A typical SPR experiment consists of:

1. Baseline: buffer flows over the surface.
2. Association: analyte is injected; the response increases as binding occurs.
3. Equilibrium: the binding rate equals the dissociation rate; the response plateaus.
4. Dissociation: buffer replaces the analyte; the response decreases as the complex dissociates.

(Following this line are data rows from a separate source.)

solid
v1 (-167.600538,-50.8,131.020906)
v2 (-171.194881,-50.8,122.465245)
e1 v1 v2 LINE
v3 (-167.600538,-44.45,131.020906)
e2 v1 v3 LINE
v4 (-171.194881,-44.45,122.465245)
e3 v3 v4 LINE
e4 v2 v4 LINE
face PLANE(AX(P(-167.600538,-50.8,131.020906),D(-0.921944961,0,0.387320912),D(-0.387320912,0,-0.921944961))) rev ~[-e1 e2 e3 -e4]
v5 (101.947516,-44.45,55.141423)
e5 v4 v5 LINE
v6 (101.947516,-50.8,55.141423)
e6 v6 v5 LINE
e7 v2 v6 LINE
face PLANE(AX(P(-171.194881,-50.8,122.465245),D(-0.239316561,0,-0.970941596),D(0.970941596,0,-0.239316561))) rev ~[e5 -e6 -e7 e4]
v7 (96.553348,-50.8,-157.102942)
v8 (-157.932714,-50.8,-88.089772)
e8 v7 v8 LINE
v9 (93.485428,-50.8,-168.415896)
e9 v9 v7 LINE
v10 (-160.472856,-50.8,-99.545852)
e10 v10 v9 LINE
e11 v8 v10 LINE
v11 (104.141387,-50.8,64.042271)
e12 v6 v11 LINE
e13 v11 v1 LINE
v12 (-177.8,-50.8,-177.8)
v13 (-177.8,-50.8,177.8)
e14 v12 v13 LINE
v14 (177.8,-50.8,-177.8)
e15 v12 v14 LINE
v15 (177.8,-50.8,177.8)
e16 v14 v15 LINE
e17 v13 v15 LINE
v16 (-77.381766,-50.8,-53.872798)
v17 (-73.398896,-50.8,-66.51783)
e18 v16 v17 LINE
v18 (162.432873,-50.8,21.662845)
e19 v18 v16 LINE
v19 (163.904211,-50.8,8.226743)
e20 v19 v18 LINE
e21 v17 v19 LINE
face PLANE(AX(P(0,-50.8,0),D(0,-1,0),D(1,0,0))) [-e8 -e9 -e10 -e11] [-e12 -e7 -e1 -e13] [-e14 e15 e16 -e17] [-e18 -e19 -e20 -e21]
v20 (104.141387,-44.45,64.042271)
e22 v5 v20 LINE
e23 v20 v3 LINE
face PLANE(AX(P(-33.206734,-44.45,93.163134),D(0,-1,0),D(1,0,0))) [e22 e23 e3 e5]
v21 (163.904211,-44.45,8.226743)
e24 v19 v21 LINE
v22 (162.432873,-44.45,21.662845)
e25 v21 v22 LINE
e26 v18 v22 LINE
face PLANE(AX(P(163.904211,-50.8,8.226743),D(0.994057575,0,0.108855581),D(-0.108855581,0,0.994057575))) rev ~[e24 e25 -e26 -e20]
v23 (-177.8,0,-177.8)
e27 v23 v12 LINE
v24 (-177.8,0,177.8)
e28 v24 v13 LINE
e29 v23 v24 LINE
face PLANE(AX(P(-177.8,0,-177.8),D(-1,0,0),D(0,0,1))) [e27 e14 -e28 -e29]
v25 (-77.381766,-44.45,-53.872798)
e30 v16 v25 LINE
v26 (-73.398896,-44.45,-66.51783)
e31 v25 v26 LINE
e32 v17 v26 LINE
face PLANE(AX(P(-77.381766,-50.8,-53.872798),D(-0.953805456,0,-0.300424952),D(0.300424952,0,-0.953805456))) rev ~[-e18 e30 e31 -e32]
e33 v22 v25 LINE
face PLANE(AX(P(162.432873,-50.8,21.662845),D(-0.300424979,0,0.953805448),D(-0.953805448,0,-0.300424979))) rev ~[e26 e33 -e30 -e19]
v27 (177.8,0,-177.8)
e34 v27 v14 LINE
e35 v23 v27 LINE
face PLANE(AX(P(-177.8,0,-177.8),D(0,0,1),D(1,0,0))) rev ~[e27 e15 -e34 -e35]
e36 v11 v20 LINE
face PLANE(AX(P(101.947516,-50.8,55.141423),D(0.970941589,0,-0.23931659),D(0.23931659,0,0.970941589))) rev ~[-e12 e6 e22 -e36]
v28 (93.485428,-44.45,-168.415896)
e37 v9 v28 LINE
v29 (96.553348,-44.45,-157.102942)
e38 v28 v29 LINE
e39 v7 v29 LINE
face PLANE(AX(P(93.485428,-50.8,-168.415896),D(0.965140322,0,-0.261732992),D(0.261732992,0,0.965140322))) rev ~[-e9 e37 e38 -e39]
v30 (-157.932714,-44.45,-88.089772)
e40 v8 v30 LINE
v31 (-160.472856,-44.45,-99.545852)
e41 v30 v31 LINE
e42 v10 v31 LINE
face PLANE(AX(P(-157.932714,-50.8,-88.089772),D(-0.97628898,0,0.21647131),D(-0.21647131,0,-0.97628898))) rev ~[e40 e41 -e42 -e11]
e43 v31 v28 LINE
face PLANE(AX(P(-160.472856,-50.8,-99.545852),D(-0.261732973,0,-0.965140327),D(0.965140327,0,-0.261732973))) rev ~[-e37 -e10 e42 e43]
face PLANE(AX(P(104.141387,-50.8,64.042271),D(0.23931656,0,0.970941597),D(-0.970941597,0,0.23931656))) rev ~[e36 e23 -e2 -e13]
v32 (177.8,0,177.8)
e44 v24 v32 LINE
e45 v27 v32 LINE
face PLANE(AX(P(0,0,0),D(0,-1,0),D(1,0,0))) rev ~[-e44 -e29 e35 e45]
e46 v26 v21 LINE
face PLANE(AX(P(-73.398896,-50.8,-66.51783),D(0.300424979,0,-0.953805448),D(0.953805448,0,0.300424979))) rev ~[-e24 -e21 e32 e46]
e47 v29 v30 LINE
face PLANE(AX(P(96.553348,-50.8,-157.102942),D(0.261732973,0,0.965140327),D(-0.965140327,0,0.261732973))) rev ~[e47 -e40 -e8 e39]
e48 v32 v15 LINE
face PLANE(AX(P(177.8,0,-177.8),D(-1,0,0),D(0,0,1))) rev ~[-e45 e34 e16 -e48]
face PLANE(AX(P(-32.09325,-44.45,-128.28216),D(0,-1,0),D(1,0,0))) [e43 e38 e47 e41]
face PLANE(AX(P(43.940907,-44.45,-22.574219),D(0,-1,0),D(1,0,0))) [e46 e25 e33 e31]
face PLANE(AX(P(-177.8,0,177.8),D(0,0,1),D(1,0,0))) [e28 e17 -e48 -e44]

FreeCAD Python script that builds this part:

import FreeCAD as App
import Part
import Sketcher
Q = App.Units.Quantity

doc = App.newDocument("Part")
body = doc.addObject("PartDesign::Body", "Body")

# Sketch on XZ plane
sketch1 = body.newObject("Sketcher::SketchObject", "Sketch")
sketch1.AttachmentSupport = (doc.getObject("XZ_Plane"), [""])
sketch1.MapMode = "FlatFace"
sketch1.addGeometry([
    Part.LineSegment(App.Vector(-178, 178, 0), App.Vector(-178, -178, 0)),
    Part.LineSegment(App.Vector(-178, -178, 0), App.Vector(178, -178, 0)),
    Part.LineSegment(App.Vector(178, -178, 0), App.Vector(178, 178, 0)),
    Part.LineSegment(App.Vector(178, 178, 0), App.Vector(-178, 178, 0)),
], False)
sketch1.addConstraint([
    Sketcher.Constraint("Coincident", 0, 2, 1, 1),
    Sketcher.Constraint("Coincident", 1, 2, 2, 1),
    Sketcher.Constraint("Coincident", 2, 2, 3, 1),
    Sketcher.Constraint("Coincident", 3, 2, 0, 1),
    Sketcher.Constraint("Vertical", 0),
    Sketcher.Constraint("Horizontal", 1),
    Sketcher.Constraint("Vertical", 2),
    Sketcher.Constraint("Horizontal", 3),
    Sketcher.Constraint("Symmetric", 0, 2, 2, 2, -1, 1),
    Sketcher.Constraint("Equal", 3, 0),
    Sketcher.Constraint("DistanceX", 1, 1, 1, 2, Q("14 in")),
])
pad1 = body.newObject("PartDesign::Pad", "Pad")
pad1.Profile = sketch1
pad1.Length = Q("2 in")

# Sketch on XZ plane
sketch2 = body.newObject("Sketcher::SketchObject", "Sketch001")
sketch2.AttachmentSupport = (doc.getObject("XZ_Plane"), [""])
sketch2.MapMode = "FlatFace"
sketch2.AttachmentOffset = App.Placement(App.Vector(0, 0, 2 * 25.4), App.Rotation())
sketch2.addGeometry([
    Part.LineSegment(App.Vector(-168, 131, 0), App.Vector(-171, 122, 0)),  # 0
    Part.LineSegment(App.Vector(-171, 122, 0), App.Vector(102, 55, 0)),  # 1
    Part.LineSegment(App.Vector(102, 55, 0), App.Vector(104, 64, 0)),  # 2
    Part.LineSegment(App.Vector(104, 64, 0), App.Vector(-168, 131, 0)),  # 3
    Part.LineSegment(App.Vector(-77, -54, 0), App.Vector(-73, -67, 0)),  # 4
    Part.LineSegment(App.Vector(-73, -67, 0), App.Vector(164, 8, 0)),  # 5
    Part.LineSegment(App.Vector(164, 8, 0), App.Vector(162, 22, 0)),  # 6
    Part.LineSegment(App.Vector(162, 22, 0), App.Vector(-77, -54, 0)),  # 7
    Part.LineSegment(App.Vector(97, -157, 0), App.Vector(-158, -88, 0)),  # 8
    Part.LineSegment(App.Vector(-158, -88, 0), App.Vector(-160, -100, 0)),  # 9
    Part.LineSegment(App.Vector(-160, -100, 0), App.Vector(93, -168, 0)),  # 10
    Part.LineSegment(App.Vector(93, -168, 0), App.Vector(97, -157, 0)),  # 11
], False)
sketch2.addConstraint([
    Sketcher.Constraint("Coincident", 0, 2, 1, 1),
    Sketcher.Constraint("Coincident", 1, 2, 2, 1),
    Sketcher.Constraint("Coincident", 2, 2, 3, 1),
    Sketcher.Constraint("Coincident", 3, 2, 0, 1),
    Sketcher.Constraint("Coincident", 4, 2, 5, 1),
    Sketcher.Constraint("Coincident", 5, 2, 6, 1),
    Sketcher.Constraint("Coincident", 6, 2, 7, 1),
    Sketcher.Constraint("Coincident", 7, 2, 4, 1),
    Sketcher.Constraint("Coincident", 8, 2, 9, 1),
    Sketcher.Constraint("Coincident", 9, 2, 10, 1),
    Sketcher.Constraint("Coincident", 10, 2, 11, 1),
    Sketcher.Constraint("Coincident", 11, 2, 8, 1),
    Sketcher.Constraint("Perpendicular", 1, 2),
    Sketcher.Constraint("Perpendicular", 2, 3),
    Sketcher.Constraint("Perpendicular", 4, 5),
    Sketcher.Constraint("Parallel", 5, 7),
    Sketcher.Constraint("Parallel", 8, 10),
    Sketcher.Constraint("Perpendicular", 10, 11),
    Sketcher.Constraint("DistanceY", 7, 2, -1, 1, Q("53.872798 mm")),
    Sketcher.Constraint("DistanceY", 4, 2, 2, 2, Q("130.560101 mm")),
    Sketcher.Constraint("DistanceY", 5, 2, 0, 2, Q("114.238502 mm")),
    Sketcher.Constraint("DistanceY", 10, 2, 7, 2, Q("114.543098 mm")),
    Sketcher.Constraint("Distance", 1, Q("281.317021 mm")),
    Sketcher.Constraint("DistanceX", 0, 2, -1, 1, Q("171.194881 mm")),
    Sketcher.Constraint("DistanceY", -1, 1, 2, 2, Q("64.042271 mm")),
    Sketcher.Constraint("DistanceX", 3, 2, -1, 1, Q("167.600538 mm")),
    Sketcher.Constraint("DistanceX", -1, 1, 5, 2, Q("163.904211 mm")),
    Sketcher.Constraint("DistanceY", 8, 2, -1, 1, Q("88.089772 mm")),
    Sketcher.Constraint("DistanceY", 9, 2, -1, 1, Q("99.545852 mm")),
    Sketcher.Constraint("DistanceX", -1, 1, 10, 2, Q("93.485428 mm")),
    Sketcher.Constraint("DistanceX", -1, 1, 11, 2, Q("96.553348 mm")),
    Sketcher.Constraint("DistanceY", 1, 2, 0, 2, Q("67.323822 mm")),
    Sketcher.Constraint("DistanceX", 1, 2, 2, 2, Q("2.193871 mm")),
    Sketcher.Constraint("DistanceX", 4, 2, 1, 2, Q("175.346412 mm")),
    Sketcher.Constraint("DistanceX", 6, 2, 5, 2, Q("1.471338 mm")),
    Sketcher.Constraint("DistanceX", 8, 2, 4, 2, Q("84.533818 mm")),
])
pocket1 = body.newObject("PartDesign::Pocket", "Pocket")
pocket1.Profile = sketch2
pocket1.Length = Q("0.25 in")

# Sketch on XZ plane
sketch3 = body.newObject("Sketcher::SketchObject", "Sketch002")
sketch3.AttachmentSupport = (doc.getObject("XZ_Plane"), [""])
sketch3.MapMode = "FlatFace"
sketch3.AttachmentOffset = App.Placement(App.Vector(0, 0, 2 * 25.4), App.Rotation())
sketch3.addGeometry([
    Part.LineSegment(App.Vector(-168, 131, 0), App.Vector(-171, 122, 0)),  # 0
    Part.LineSegment(App.Vector(-171, 122, 0), App.Vector(102, 55, 0)),  # 1
    Part.LineSegment(App.Vector(102, 55, 0), App.Vector(104, 64, 0)),  # 2
    Part.LineSegment(App.Vector(104, 64, 0), App.Vector(-168, 131, 0)),  # 3
    Part.LineSegment(App.Vector(-77, -54, 0), App.Vector(-73, -67, 0)),  # 4
    Part.LineSegment(App.Vector(-73, -67, 0), App.Vector(164, 8, 0)),  # 5
    Part.LineSegment(App.Vector(164, 8, 0), App.Vector(162, 22, 0)),  # 6
    Part.LineSegment(App.Vector(162, 22, 0), App.Vector(-77, -54, 0)),  # 7
    Part.LineSegment(App.Vector(97, -157, 0), App.Vector(-158, -88, 0)),  # 8
    Part.LineSegment(App.Vector(-158, -88, 0), App.Vector(-160, -100, 0)),  # 9
    Part.LineSegment(App.Vector(-160, -100, 0), App.Vector(93, -168, 0)),  # 10
    Part.LineSegment(App.Vector(93, -168, 0), App.Vector(97, -157, 0)),  # 11
], False)
sketch3.addConstraint([
    Sketcher.Constraint("Coincident", 0, 2, 1, 1),
    Sketcher.Constraint("Coincident", 1, 2, 2, 1),
    Sketcher.Constraint("Coincident", 2, 2, 3, 1),
    Sketcher.Constraint("Coincident", 3, 2, 0, 1),
    Sketcher.Constraint("Coincident", 4, 2, 5, 1),
    Sketcher.Constraint("Coincident", 5, 2, 6, 1),
    Sketcher.Constraint("Coincident", 6, 2, 7, 1),
    Sketcher.Constraint("Coincident", 7, 2, 4, 1),
    Sketcher.Constraint("Coincident", 8, 2, 9, 1),
    Sketcher.Constraint("Coincident", 9, 2, 10, 1),
    Sketcher.Constraint("Coincident", 10, 2, 11, 1),
    Sketcher.Constraint("Coincident", 11, 2, 8, 1),
    Sketcher.Constraint("Perpendicular", 1, 2),
    Sketcher.Constraint("Perpendicular", 2, 3),
    Sketcher.Constraint("Perpendicular", 4, 5),
    Sketcher.Constraint("Parallel", 5, 7),
    Sketcher.Constraint("Parallel", 8, 10),
    Sketcher.Constraint("Perpendicular", 10, 11),
    Sketcher.Constraint("DistanceY", 7, 2, -1, 1, Q("53.872798 mm")),
    Sketcher.Constraint("DistanceY", 4, 2, 2, 2, Q("130.560101 mm")),
    Sketcher.Constraint("DistanceY", 5, 2, 0, 2, Q("114.238502 mm")),
    Sketcher.Constraint("DistanceY", 10, 2, 7, 2, Q("114.543098 mm")),
    Sketcher.Constraint("Distance", 1, Q("281.317021 mm")),
    Sketcher.Constraint("DistanceX", 0, 2, -1, 1, Q("171.194881 mm")),
    Sketcher.Constraint("DistanceY", -1, 1, 2, 2, Q("64.042271 mm")),
    Sketcher.Constraint("DistanceX", 3, 2, -1, 1, Q("167.600538 mm")),
    Sketcher.Constraint("DistanceX", -1, 1, 5, 2, Q("163.904211 mm")),
    Sketcher.Constraint("DistanceY", 8, 2, -1, 1, Q("88.089772 mm")),
    Sketcher.Constraint("DistanceY", 9, 2, -1, 1, Q("99.545852 mm")),
    Sketcher.Constraint("DistanceX", -1, 1, 10, 2, Q("93.485428 mm")),
    Sketcher.Constraint("DistanceX", -1, 1, 11, 2, Q("96.553348 mm")),
    Sketcher.Constraint("DistanceY", 1, 2, 0, 2, Q("67.323822 mm")),
    Sketcher.Constraint("DistanceX", 1, 2, 2, 2, Q("2.193871 mm")),
    Sketcher.Constraint("DistanceX", 4, 2, 1, 2, Q("175.346412 mm")),
    Sketcher.Constraint("DistanceX", 6, 2, 5, 2, Q("1.471338 mm")),
    Sketcher.Constraint("DistanceX", 8, 2, 4, 2, Q("84.533818 mm")),
])
pocket2 = body.newObject("PartDesign::Pocket", "Pocket001")
pocket2.Profile = sketch3
pocket2.Length = Q("0.25 in")

doc.recompute()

Multiple analyte concentrations are injected over the same ligand surface to generate a series of sensorgrams. Global fitting of the data to a 1:1 binding model yields ka, kd, and calculated KD (= kd/ka).

Instrumentation

The Biacore (Cytiva) is the most widely used SPR platform. The sensor chip has a gold surface coated with a carboxymethylated dextran matrix that provides a hydrophilic environment for immobilization. Other platforms include Sierra Sensors, Reichert, and Nicoya.

Immobilization Methods

• Amine coupling: the most common method. The carboxyl groups on the dextran surface are activated with EDC/NHS to form reactive esters that react with primary amines on the ligand. Simple but random orientation.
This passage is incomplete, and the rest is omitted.